Bueno… volvamos al asunto “Japón”… Japón no es mi país ni cultura preferidos en Asia, pero sí mi primera experiencia en Oriente, algo así como mi primer amor, mi primera amante “prohibida”… De hecho mi primer viaje largo, especial, fue a Japón, en los ochenta… —ay, dios, cuánto tiempo. Estuve tres semanas; era septiembre cuando llegué, final de septiembre: los parques, los bosques, amarilleaban y luego anaranjeaban, por días, por horas, se hacían oro viejo antes incluso que el tiempo les reclamara su deuda con la vida... Además de Tokio, estuve entonces en Kamakura, en Nara, en Kyoto y en Osaka. En mi primera noche en Tokio estuve alojado en un hotel en Ginza, en una habitación absolutamente cool y “supertechno” en donde experimenté el trance de mi primer terremoto y la sorpresa de sentir cómo mi cama se movía aun sin querer —tampoco es que haya aprendido desde entonces a moverla queriendo; bueno, sí, un poco… queriendo se puede mover hasta el universo a tu alrededor… Pues eso, que vaya susto… —nuestro primer terremoto, como otros primeros estremecimientos del cuerpo, son inolvidables… ¿no?

Me fascinó Kamakura, sus bosques, la bahía y por supuesto sus templos: el Buda Amida Nyorai —el Buda de la luz infinita, su sonrisa— en el templo de Kotokouin, que fue el primero que visité… y los demás templos budistas y sintho de la ciudad y sus alrededores… —en especial el templo dedicado al buda niño, no recuerdo su nombre, en donde precisamente estuve el 21 de septiembre, día del equinoccio de otoño, día para honrar los familiares y amigos muertos… Imaginad las laderas de ese templo con miles de figuritas de budas niños con sus vestiditos de colores y sus pañuelos de seda al cuello; una niebla de incienso entre sus veredas, bruma sagrada… y cientos de padres llevando sus ofrendas a estos buditas niños que representan sus propios hijos muertos recién nacidos, sus bebés, incluso los que nunca vieron la luz… —una experiencia mística, de verdad… Qué maravilla ese olor a incienso impregnando el bosque, extendiéndose invisible con el solo pestañear de las hojas y el roce de mi silueta sobre sus troncos… ummm... ver despedirse la tarde frente a la bahía de Kamakura desde un bosque de bambúes gigantes, el cielo violeta perfecto… la eterna belleza, es decir suspendida en el instante, sublime… de escalofrío.

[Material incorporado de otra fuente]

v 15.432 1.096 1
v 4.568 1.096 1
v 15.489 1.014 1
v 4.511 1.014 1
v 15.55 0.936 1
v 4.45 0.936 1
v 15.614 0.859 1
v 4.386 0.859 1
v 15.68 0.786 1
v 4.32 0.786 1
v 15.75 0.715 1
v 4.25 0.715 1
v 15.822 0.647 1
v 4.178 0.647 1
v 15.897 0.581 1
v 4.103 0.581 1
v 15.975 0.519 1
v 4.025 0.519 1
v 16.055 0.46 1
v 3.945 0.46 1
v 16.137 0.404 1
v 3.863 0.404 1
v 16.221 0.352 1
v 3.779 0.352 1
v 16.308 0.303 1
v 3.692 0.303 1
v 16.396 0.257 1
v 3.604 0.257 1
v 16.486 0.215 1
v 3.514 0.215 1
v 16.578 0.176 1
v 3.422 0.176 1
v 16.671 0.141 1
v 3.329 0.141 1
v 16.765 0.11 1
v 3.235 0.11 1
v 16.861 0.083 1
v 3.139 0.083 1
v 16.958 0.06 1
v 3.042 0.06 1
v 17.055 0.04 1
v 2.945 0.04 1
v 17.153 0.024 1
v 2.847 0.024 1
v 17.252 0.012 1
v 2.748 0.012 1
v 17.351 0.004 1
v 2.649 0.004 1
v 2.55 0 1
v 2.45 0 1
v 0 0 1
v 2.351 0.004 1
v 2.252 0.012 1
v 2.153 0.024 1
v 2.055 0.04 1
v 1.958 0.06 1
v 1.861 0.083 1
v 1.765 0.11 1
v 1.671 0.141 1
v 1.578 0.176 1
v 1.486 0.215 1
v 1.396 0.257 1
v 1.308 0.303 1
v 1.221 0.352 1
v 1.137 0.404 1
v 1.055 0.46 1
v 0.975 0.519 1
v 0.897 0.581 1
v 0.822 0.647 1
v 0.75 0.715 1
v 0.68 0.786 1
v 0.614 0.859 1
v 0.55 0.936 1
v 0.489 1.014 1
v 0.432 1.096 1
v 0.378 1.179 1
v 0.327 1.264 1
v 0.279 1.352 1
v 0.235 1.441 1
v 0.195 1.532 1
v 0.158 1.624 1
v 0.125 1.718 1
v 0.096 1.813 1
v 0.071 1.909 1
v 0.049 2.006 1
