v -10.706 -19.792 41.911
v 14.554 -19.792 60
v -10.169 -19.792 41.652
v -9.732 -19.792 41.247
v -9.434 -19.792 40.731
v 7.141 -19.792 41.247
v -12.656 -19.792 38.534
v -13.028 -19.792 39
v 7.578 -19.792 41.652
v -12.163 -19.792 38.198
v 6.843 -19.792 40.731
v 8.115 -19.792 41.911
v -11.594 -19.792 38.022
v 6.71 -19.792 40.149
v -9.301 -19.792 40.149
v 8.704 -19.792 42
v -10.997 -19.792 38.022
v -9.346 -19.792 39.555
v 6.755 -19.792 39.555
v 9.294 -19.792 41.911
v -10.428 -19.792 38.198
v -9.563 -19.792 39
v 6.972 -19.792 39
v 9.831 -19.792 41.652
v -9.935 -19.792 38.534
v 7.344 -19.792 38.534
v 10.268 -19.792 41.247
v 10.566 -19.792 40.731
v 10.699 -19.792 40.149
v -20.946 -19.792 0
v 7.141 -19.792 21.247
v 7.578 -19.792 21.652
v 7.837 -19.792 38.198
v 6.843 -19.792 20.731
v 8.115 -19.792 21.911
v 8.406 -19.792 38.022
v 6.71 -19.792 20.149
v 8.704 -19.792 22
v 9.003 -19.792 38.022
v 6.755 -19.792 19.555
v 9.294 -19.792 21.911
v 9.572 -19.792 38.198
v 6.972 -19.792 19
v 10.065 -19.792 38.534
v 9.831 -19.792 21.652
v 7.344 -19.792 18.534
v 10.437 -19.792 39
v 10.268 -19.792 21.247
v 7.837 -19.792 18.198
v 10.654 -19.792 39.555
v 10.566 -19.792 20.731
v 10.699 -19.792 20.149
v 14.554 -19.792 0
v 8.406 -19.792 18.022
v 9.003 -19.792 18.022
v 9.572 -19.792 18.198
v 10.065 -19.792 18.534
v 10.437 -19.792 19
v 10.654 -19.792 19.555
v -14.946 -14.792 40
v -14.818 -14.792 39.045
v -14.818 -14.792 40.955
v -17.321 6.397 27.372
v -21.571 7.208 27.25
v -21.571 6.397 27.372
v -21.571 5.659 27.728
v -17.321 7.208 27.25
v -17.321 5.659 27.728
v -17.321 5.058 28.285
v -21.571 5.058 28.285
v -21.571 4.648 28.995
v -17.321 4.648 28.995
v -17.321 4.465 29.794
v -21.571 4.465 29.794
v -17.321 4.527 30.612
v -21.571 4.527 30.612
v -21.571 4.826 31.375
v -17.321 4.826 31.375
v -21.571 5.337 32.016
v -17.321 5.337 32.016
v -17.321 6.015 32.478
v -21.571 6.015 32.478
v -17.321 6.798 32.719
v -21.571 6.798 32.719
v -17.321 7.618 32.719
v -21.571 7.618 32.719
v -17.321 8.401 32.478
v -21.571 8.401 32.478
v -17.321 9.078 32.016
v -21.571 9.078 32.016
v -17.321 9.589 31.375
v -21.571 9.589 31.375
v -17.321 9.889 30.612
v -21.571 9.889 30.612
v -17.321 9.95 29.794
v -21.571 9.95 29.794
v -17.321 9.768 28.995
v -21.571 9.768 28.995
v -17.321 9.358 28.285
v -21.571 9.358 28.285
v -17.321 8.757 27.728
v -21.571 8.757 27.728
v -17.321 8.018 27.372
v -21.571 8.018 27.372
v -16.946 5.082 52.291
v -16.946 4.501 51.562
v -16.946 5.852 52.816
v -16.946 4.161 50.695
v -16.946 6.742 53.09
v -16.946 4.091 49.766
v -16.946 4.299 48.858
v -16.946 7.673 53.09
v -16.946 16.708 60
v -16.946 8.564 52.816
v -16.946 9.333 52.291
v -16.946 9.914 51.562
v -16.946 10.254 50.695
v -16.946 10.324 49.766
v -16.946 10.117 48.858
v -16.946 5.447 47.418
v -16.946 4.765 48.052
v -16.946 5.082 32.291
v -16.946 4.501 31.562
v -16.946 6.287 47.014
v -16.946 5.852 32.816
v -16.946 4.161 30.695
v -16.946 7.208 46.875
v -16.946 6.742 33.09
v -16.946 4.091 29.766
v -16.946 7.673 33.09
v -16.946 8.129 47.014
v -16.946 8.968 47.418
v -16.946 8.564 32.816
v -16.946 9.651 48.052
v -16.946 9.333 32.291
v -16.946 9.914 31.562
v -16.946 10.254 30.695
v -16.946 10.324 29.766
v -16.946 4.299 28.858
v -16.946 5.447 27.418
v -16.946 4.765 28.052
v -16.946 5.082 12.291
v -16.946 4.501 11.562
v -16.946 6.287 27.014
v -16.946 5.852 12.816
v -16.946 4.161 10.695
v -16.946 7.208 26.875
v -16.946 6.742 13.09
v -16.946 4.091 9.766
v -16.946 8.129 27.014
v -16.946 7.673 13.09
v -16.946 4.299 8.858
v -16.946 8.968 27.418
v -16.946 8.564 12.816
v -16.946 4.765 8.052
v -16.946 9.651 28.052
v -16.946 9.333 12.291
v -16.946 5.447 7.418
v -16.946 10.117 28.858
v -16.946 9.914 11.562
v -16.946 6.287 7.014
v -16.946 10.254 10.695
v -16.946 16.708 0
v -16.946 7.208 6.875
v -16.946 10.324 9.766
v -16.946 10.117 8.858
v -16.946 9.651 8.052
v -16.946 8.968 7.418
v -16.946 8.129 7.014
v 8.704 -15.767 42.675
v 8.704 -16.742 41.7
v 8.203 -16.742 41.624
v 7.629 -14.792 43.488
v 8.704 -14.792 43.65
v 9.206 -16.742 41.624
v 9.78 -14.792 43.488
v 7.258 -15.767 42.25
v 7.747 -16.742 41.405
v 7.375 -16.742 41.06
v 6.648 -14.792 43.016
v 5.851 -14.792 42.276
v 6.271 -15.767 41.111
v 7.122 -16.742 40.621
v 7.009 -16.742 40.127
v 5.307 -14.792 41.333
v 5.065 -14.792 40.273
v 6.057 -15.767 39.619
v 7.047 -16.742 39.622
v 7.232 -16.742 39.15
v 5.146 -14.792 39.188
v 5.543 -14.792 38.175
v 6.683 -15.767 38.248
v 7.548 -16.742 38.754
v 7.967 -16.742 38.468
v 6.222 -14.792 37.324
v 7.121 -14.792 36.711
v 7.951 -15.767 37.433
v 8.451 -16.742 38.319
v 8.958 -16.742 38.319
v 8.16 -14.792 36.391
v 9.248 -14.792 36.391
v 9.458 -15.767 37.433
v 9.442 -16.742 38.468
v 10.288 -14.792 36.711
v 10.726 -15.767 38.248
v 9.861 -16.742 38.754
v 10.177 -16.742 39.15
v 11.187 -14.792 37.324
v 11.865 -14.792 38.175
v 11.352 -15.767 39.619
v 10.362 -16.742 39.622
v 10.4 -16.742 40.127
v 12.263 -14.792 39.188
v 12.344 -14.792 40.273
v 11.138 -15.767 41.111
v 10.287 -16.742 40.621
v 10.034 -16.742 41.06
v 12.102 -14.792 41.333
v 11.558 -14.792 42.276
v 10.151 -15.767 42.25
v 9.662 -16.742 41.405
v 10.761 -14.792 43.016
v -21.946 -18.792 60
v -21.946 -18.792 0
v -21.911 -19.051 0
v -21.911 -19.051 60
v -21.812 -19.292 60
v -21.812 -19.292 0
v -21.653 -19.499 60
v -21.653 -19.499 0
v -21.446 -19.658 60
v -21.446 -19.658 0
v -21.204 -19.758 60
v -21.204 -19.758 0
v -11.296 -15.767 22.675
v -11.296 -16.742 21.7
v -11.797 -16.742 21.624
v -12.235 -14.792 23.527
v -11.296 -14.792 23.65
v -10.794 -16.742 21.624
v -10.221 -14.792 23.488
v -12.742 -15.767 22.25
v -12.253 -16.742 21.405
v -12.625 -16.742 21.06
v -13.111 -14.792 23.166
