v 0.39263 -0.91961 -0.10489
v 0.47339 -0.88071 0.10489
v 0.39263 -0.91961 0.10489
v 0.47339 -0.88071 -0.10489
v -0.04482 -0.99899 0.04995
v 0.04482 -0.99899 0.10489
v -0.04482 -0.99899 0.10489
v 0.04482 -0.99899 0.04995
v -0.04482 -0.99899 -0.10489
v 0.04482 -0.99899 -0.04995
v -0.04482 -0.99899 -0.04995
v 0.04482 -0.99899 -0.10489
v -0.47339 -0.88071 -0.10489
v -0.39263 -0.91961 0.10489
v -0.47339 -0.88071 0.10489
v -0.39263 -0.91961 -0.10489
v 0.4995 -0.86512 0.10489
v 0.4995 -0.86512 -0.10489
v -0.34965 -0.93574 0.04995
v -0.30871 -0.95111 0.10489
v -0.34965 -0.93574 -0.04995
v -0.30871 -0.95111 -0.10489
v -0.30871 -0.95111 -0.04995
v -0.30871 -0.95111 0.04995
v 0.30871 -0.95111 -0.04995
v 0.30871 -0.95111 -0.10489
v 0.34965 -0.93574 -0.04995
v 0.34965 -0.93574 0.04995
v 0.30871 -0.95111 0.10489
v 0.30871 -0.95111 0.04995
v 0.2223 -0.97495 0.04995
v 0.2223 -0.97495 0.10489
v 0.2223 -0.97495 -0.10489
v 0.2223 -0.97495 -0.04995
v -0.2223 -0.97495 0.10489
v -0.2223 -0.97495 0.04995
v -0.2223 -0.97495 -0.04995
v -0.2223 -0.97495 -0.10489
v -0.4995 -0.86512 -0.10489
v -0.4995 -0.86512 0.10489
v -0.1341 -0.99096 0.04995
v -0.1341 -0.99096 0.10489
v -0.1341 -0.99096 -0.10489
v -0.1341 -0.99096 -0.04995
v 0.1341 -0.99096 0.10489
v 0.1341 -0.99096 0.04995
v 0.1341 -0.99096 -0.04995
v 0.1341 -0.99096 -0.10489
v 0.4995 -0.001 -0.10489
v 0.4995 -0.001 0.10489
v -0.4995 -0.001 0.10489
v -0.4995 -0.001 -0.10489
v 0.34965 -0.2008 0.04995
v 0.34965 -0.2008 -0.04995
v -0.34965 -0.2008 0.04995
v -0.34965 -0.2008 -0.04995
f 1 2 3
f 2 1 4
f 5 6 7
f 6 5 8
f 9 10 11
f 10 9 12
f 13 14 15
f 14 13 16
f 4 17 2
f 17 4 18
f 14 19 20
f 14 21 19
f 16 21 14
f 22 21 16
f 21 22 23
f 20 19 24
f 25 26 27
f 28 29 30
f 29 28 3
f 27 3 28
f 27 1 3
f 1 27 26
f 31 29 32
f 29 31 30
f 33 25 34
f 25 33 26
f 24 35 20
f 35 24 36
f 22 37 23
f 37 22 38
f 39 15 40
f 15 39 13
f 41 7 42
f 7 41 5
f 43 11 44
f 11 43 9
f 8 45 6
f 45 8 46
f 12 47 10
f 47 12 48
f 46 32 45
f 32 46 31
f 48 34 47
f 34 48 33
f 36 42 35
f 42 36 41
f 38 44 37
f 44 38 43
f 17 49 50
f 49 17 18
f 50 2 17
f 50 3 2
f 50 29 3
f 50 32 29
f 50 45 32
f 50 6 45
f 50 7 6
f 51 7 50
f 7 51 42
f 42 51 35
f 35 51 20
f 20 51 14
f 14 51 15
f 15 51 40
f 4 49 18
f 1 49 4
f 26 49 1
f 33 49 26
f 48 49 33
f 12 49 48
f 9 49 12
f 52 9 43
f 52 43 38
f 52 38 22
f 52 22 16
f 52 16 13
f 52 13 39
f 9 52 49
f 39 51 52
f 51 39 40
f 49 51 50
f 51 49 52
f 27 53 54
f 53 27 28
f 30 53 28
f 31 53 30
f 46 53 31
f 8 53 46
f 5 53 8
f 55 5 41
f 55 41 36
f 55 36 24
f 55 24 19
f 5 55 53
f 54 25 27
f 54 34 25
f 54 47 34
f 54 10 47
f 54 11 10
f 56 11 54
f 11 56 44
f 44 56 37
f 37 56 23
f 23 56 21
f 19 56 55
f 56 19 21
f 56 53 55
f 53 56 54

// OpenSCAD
l=2;
x=2;
g=2.5;
t=0.7;
h=0.1;
s=0.1;
translate([0,-0.001,0]) scale([0.999,0.999,0.999])
  color("red") difference() {
    translate([0,-x/4,0])
      cube([l/2,x/2,0.21],center=true);
    difference() {
      cube([g,g,0.3],center=true);
      cylinder(h=0.4,r=1,center=true,$fn=70);
    }
    translate([-t/2,-1.2,-h/2]) 
      color("blue",0.4) cube([t,1,h]);
  }

//color("gold") difference() {
//  rotate([0,0,-18]) difference() {
//      cylinder(h=0.2,r=1,center=true,$fn=70);
//      translate([0,0.5,0])
//          cylinder(h=1,r=0.3,center=true,$fn=50);
//      translate([-0.75,0,0])
//          cylinder(h=1,r=0.1,center=true,$fn=30);
//  }
//  translate([0,-x/4,0])
//    cube([l/2,x/2,0.25],center=true);
//}
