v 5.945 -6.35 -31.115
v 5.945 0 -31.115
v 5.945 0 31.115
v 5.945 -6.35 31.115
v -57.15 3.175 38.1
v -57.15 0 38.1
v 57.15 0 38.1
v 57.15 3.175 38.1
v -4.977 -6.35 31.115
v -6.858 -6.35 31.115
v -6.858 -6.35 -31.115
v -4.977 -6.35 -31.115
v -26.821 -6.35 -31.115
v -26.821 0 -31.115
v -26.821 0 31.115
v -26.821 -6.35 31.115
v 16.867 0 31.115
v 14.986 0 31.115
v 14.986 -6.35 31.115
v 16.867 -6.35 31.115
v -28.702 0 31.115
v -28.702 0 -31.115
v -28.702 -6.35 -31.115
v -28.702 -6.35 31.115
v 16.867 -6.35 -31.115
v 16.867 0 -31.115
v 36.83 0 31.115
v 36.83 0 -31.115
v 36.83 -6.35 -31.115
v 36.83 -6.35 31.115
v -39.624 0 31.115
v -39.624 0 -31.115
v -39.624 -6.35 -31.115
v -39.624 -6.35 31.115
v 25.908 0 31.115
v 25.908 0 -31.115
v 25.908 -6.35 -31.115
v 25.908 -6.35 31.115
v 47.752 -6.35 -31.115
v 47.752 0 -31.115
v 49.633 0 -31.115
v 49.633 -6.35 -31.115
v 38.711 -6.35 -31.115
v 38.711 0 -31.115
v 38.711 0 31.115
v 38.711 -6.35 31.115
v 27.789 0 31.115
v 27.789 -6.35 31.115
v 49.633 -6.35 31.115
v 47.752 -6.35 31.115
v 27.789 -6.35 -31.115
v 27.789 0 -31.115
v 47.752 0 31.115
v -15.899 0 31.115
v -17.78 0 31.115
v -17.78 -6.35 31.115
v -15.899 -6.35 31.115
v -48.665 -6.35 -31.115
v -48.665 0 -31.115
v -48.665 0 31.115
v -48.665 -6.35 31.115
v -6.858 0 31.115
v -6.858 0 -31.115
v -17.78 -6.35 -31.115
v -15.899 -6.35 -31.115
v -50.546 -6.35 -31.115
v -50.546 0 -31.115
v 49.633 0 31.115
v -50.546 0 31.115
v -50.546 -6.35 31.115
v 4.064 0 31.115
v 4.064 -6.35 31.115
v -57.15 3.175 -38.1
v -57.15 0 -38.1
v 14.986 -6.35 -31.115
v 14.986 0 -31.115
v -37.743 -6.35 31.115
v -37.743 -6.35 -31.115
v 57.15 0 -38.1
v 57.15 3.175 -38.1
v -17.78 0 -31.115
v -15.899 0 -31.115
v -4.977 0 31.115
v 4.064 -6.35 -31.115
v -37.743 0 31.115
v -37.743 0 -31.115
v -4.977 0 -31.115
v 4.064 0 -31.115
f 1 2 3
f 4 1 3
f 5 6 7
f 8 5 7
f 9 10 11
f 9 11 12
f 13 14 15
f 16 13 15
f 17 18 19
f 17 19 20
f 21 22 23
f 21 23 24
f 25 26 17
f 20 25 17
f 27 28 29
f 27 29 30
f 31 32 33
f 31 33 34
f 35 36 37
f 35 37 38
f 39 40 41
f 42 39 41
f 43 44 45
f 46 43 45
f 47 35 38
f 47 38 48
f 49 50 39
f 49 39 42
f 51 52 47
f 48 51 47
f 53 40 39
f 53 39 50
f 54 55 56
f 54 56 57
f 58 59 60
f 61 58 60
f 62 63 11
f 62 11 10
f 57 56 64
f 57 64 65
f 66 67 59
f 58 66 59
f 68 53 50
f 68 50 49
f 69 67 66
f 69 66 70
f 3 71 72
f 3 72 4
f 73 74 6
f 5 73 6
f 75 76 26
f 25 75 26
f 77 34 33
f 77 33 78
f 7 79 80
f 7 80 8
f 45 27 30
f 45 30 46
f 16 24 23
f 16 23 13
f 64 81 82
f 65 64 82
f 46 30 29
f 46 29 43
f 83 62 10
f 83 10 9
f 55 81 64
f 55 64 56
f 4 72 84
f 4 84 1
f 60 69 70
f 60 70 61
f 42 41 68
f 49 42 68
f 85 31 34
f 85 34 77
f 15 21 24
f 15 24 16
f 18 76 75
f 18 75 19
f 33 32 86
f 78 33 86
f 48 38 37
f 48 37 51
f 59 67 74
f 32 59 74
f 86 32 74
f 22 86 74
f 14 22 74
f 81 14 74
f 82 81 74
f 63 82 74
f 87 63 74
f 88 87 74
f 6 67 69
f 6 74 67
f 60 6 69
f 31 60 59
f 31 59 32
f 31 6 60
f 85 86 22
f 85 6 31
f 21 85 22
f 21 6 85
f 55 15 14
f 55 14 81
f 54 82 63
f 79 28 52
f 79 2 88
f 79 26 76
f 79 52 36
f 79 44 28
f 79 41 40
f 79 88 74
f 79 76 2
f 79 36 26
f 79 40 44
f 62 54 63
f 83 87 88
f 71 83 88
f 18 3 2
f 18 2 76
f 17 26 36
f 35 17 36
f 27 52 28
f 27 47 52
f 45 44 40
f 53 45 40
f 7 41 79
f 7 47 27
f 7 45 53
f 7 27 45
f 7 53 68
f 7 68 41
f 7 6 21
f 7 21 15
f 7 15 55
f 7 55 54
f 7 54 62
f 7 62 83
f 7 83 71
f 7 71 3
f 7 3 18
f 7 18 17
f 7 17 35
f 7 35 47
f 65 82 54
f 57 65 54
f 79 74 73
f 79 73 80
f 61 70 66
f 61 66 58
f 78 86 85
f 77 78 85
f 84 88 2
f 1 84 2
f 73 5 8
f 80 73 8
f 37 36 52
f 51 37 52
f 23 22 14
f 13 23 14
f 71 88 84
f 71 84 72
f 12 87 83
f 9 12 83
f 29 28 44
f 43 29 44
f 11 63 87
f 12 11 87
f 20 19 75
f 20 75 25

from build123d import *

# Parameters (mm, degrees)
F0_W     = 114.3
F0_H     = 76.2
F1_DEPTH = 3.175
F2_W     = 1.881292
F2_H     = 62.23
F3_DEPTH = 6.35


with BuildPart() as f1:
    # F0 (on Front) → F1 (new body)
    with BuildSketch(Plane.XZ):
        Rectangle(F0_W, F0_H)
    extrude(amount=-F1_DEPTH)

    # F2 (on face) → F3 (join)
    with BuildSketch(Plane.XZ):
        with Locations((-49.605354, 0)):
            Rectangle(F2_W, F2_H)
        with Locations((-38.683354, 0)):
            Rectangle(F2_W, F2_H)
        with Locations((-27.761354, 0)):
            Rectangle(F2_W, F2_H)
        with Locations((-16.839354, 0)):
            Rectangle(F2_W, F2_H)
        with Locations((-5.917354, 0)):
            Rectangle(F2_W, F2_H)
        with Locations((5.004646, 0)):
            Rectangle(F2_W, F2_H)
        with Locations((15.926646, 0)):
            Rectangle(F2_W, F2_H)
        with Locations((26.848646, 0)):
            Rectangle(F2_W, F2_H)
        with Locations((37.770646, 0)):
            Rectangle(F2_W, F2_H)
        with Locations((48.692646, 0)):
            Rectangle(F2_W, F2_H)
    extrude(amount=F3_DEPTH)


solid = f1.part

En Kamakura compré algunos de mis souvenirs más queridos: un juego de recipientes de laca color rojo cinabrio, mi primer rakú; y un par de antigüedades: una bandeja para el té de laca negra con incrustaciones de madreperla y una pipa para fumar opio de concha de tortuga, caña de bambú y latón dorado… —qué pena que no las tenga a la vista, salvo el rakú en donde sigo tomando té alguna tarde… He vuelto otras veces a Kamakura y he podido recorrer creo que todos sus templos y veredas sagradas: el Engaku-ji, el Hase Kannon, y el Toke-jui —ese templo que era utilizado por las mujeres que querían divorciarse de sus maridos—, el santuario Kamakura-gu… ¡Tantos lugares hermosos y santos! También recuerdo un viaje a Japón invitado por quien es uno de los mayores coleccionistas privados del mundo del arte, Katsuta, un buen tipo; no os podéis imaginar qué colecciones tiene de Klee, Miró, Tanguy, Chagal… Estuve alojado en un hotel de su propiedad, en el Kamakura Prince Hotel, y comí y cené varias veces en el restaurante del hotel —Le Trianon— que era entonces, hace unos años, uno de los mejores restaurantes de cocina francesa del mundo… sí, del mundo, en Kamakura. Por poner un ejemplo, Katsuta me regaló el día de mi llegada una cena regada, es un decir, con el beaujolais del año… que para mi sorpresa había sido galardonado hacía poco, menos de una semana, en Paris, y Katsuta había comprado veinte cajas que trajo de inmediato en avión directamente desde Francia.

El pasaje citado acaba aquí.